Hey there. I am finding lots of conflicting opinions on this food. 

My pup is 22 weeks old, and I've been feeding this to him since I got him at 9.5 weeks. 

The breeder recommended it, as does my vet (they stock it) as well as the local pet food store. That, and it has glowing user reviews on amazon, and other websites.

But many people on forums, and dog nutritional websites state it is mediocre food, since it has grain and meat byproduct.

I feel stuck in between, the price is as high as I'd prefer to go, and my pup seems healthy with lots of energy and nice coat... But now I worry that I I'm not providing good enough food for him.


Is it ever a good idea to mix higher quality food in with a mid-range food? I have read that it's not a good idea, since each food contains specifically balanced nutrients...

Anyways, any help or opinions are appreciated.

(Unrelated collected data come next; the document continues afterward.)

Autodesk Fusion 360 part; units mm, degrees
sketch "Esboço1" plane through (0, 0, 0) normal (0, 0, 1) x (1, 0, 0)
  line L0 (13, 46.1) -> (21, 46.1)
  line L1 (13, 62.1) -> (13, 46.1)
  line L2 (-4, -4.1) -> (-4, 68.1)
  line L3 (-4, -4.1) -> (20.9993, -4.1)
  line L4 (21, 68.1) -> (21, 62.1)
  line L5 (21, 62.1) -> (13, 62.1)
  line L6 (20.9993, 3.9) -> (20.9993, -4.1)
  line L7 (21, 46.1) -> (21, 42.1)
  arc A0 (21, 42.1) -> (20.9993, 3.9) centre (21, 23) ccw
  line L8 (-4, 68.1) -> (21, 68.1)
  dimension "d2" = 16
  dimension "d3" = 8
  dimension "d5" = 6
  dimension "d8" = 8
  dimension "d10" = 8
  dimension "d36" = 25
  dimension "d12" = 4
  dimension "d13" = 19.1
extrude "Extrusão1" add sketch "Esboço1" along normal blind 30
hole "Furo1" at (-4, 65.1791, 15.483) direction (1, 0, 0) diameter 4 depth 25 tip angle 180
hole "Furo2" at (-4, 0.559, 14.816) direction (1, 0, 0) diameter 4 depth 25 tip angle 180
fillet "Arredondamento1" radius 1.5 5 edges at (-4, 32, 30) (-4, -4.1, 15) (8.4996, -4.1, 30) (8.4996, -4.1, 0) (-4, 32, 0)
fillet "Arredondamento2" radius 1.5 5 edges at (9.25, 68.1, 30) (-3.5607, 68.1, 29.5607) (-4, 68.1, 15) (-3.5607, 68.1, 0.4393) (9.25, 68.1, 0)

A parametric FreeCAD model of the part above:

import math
import FreeCAD as App
import Part
import Sketcher

V = App.Vector


def edges_at(feature, points):
    """Names of the edges that pass closest to the given points."""
    edges = feature.Shape.Edges
    near = lambda p: min(range(len(edges)), key=lambda i: edges[i].distToShape(Part.Vertex(*p))[0])
    return sorted({f"Edge{near(p) + 1}" for p in points})

doc = App.newDocument("Part")
body = doc.addObject("PartDesign::Body", "Body")

# Sketch on XY plane
sketch1 = doc.addObject("Sketcher::SketchObject", "Sketch")
body.addObject(sketch1)
sketch1.AttachmentSupport = (doc.XY_Plane, [""])
sketch1.MapMode = "FlatFace"
sketch1.addGeometry([
    Part.LineSegment(V(21, 46.1, 0), V(13, 46.1, 0)),  # 0
    Part.LineSegment(V(13, 46.1, 0), V(13, 62.1, 0)),  # 1
    Part.LineSegment(V(13, 62.1, 0), V(21, 62.1, 0)),  # 2
    Part.LineSegment(V(21, 62.1, 0), V(21, 68.1, 0)),  # 3
    Part.LineSegment(V(21, 68.1, 0), V(-4, 68.1, 0)),  # 4
    Part.LineSegment(V(-4, 68.1, 0), V(-4, -4.1, 0)),  # 5
    Part.LineSegment(V(-4, -4.1, 0), V(21, -4.1, 0)),  # 6
    Part.LineSegment(V(21, -4.1, 0), V(21, 3.9, 0)),  # 7
    Part.ArcOfCircle(Part.Circle(V(21, 23, 0), V(0, 0, 1), 19.1), math.radians(90), math.radians(270)),  # 8
    Part.LineSegment(V(21, 42.1, 0), V(21, 46.1, 0)),  # 9
], False)
sketch1.addConstraint([
    Sketcher.Constraint("Coincident", 0, 2, 1, 1),
    Sketcher.Constraint("Coincident", 1, 2, 2, 1),
    Sketcher.Constraint("Coincident", 2, 2, 3, 1),
    Sketcher.Constraint("Coincident", 3, 2, 4, 1),
    Sketcher.Constraint("Coincident", 4, 2, 5, 1),
    Sketcher.Constraint("Coincident", 5, 2, 6, 1),
    Sketcher.Constraint("Coincident", 6, 2, 7, 1),
    Sketcher.Constraint("Coincident", 7, 2, 8, 2),
    Sketcher.Constraint("Coincident", 8, 1, 9, 1),
    Sketcher.Constraint("Coincident", 9, 2, 0, 1),
    Sketcher.Constraint("Horizontal", 0),
    Sketcher.Constraint("Vertical", 1),
    Sketcher.Constraint("Horizontal", 2),
    Sketcher.Constraint("Vertical", 3),
    Sketcher.Constraint("Horizontal", 4),
    Sketcher.Constraint("Vertical", 5),
    Sketcher.Constraint("Horizontal", 6),
    Sketcher.Constraint("Vertical", 7),
    Sketcher.Constraint("Vertical", 9),
    Sketcher.Constraint("Vertical", 8, 3, 2, 2),
    Sketcher.Constraint("Vertical", 3, 2, 8, 1),
    Sketcher.Constraint("Equal", 2, 7),
    Sketcher.Constraint("Radius", 8, 19.1),
    Sketcher.Constraint("DistanceX", 0, 2, 0, 1, 8.0),
    Sketcher.Constraint("DistanceX", 4, 2, 4, 1, 25.0),
    Sketcher.Constraint("DistanceY", 1, 1, 1, 2, 16.0),
    Sketcher.Constraint("DistanceY", 3, 1, 3, 2, 6.0),
    Sketcher.Constraint("DistanceY", 9, 1, 9, 2, 4.0),
    Sketcher.Constraint("DistanceX", 4, 2, -1, 1, 4.0),
    Sketcher.Constraint("DistanceY", -1, 1, 8, 3, 23.0),
    Sketcher.Constraint("DistanceX", 6, 1, 6, 2, 24.9993),
])
pad1 = doc.addObject("PartDesign::Pad", "Pad")
body.addObject(pad1)
pad1.Profile = sketch1
pad1.Length = 30

# Sketch on YZ plane
sketch2 = doc.addObject("Sketcher::SketchObject", "Sketch001")
body.addObject(sketch2)
sketch2.AttachmentSupport = (doc.YZ_Plane, [""])
sketch2.MapMode = "FlatFace"
sketch2.AttachmentOffset = App.Placement(V(0, 0, -4), App.Rotation())
sketch2.addGeometry(Part.Circle(V(65.2, 15.5, 0), V(0, 0, 1), 2), False)
sketch2.addConstraint([
    Sketcher.Constraint("Diameter", 0, 4.0),
    Sketcher.Constraint("DistanceX", -1, 1, 0, 3, 65.179),
    Sketcher.Constraint("DistanceY", -1, 1, 0, 3, 15.483),
])
doc.recompute()
hole = doc.addObject("PartDesign::Hole", "Hole")
body.addObject(hole)
hole.Profile = sketch2
hole.ThreadType = "None"
hole.Diameter = 4
hole.DepthType = "Dimension"
hole.Depth = 25
hole.DrillPoint = "Flat"
hole.Reversed = True

# Sketch on YZ plane
sketch3 = doc.addObject("Sketcher::SketchObject", "Sketch002")
body.addObject(sketch3)
sketch3.AttachmentSupport = (doc.YZ_Plane, [""])
sketch3.MapMode = "FlatFace"
sketch3.AttachmentOffset = App.Placement(V(0, 0, -4), App.Rotation())
sketch3.addGeometry(Part.Circle(V(0.6, 14.8, 0), V(0, 0, 1), 2), False)
sketch3.addConstraint([
    Sketcher.Constraint("Diameter", 0, 4.0),
    Sketcher.Constraint("DistanceX", -1, 1, 0, 3, 0.559),
    Sketcher.Constraint("DistanceY", -1, 1, 0, 3, 14.816),
])
doc.recompute()
hole2 = doc.addObject("PartDesign::Hole", "Hole001")
body.addObject(hole2)
hole2.Profile = sketch3
hole2.ThreadType = "None"
hole2.Diameter = 4
hole2.DepthType = "Dimension"
hole2.Depth = 25
hole2.DrillPoint = "Flat"
hole2.Reversed = True
doc.recompute()

fillet = doc.addObject("PartDesign::Fillet", "Fillet")
body.addObject(fillet)
fillet.Base = (hole2, edges_at(hole2, [
    (-4, 32, 30),
    (-4, -4.1, 15),
    (8.5, -4.1, 30),
    (8.5, -4.1, 0),
    (-4, 32, 0),
]))
fillet.Radius = 1.5
doc.recompute()

fillet2 = doc.addObject("PartDesign::Fillet", "Fillet001")
body.addObject(fillet2)
fillet2.Base = (fillet, edges_at(fillet, [
    (9.25, 68.1, 30),
    (-3.561, 68.1, 29.561),
    (-4, 68.1, 15),
    (-3.561, 68.1, 0.439),
    (9.25, 68.1, 0),
]))
fillet2.Radius = 1.5

doc.recompute()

Edit: Just to clarify, I feed him around 5.5 cups a day and sometimes will add 1 cooked egg or 1 small slice of cheese


----------



## Nigel (Jul 10, 2012)

RC is rated pretty low on dogfood advisor, not sure if you've seen their site, Royal Canin Breed-Specific Puppy Food | Review and Rating

Have you looked into Acana, Orijen or Fromm's? They will be more $ but you'll feed less, 5.5 cups sounds like a lot. Costco carries Diamond products, rated a little better than RC, but has had some recall issues in the past. Some dogs will do better on mid or lower end dog food so changing "up" doesn't always work out. We feed Fromm's gold and all 4 of our do well on it.


----------



## Jambo (Apr 24, 2014)

I had Luna on Royal Canin at first, she always had semi solid stools so I switched her over to Blue Buffalo Wilderness: Large Puppy chicken recipe and she seems to like it more and her stool is a lot better.

Royal Canin uses chicken by product which is every part of the chicken that we as humans would not consume on a regular basis such as feet, intestines, etc. which is why was also another reason why I switched.

If I were in your position I would just feed my dog quality food than mixing food. Correct me if I'm wrong but I think mixing different kibble isn't a good idea with GSD's since their digestive systems are a bit more sensitive then other breeds.

Blue buffalo is a little more expensive then Royal Canin but I rather pay a bit more for better food.

Kinda like would you like to eat chicken from McDonalds or would you like chicken that came from the grocery store.


----------



## SuperG (May 11, 2013)

I fed my GSD Royal Canin for a few months or so before switching to raw. I don't recall any problems with RC during that time....she most certainly did grow on that diet. I'm sure you could do much worse regarding your choice of kibble.

SuperG


----------



## ChouMaKen (Apr 28, 2014)

RC is the best available here in Leb, it is low rated worldwide I know but since I don't really have a choice this is what I have been feed Neo since he was 10 weeks (he's 6 months now)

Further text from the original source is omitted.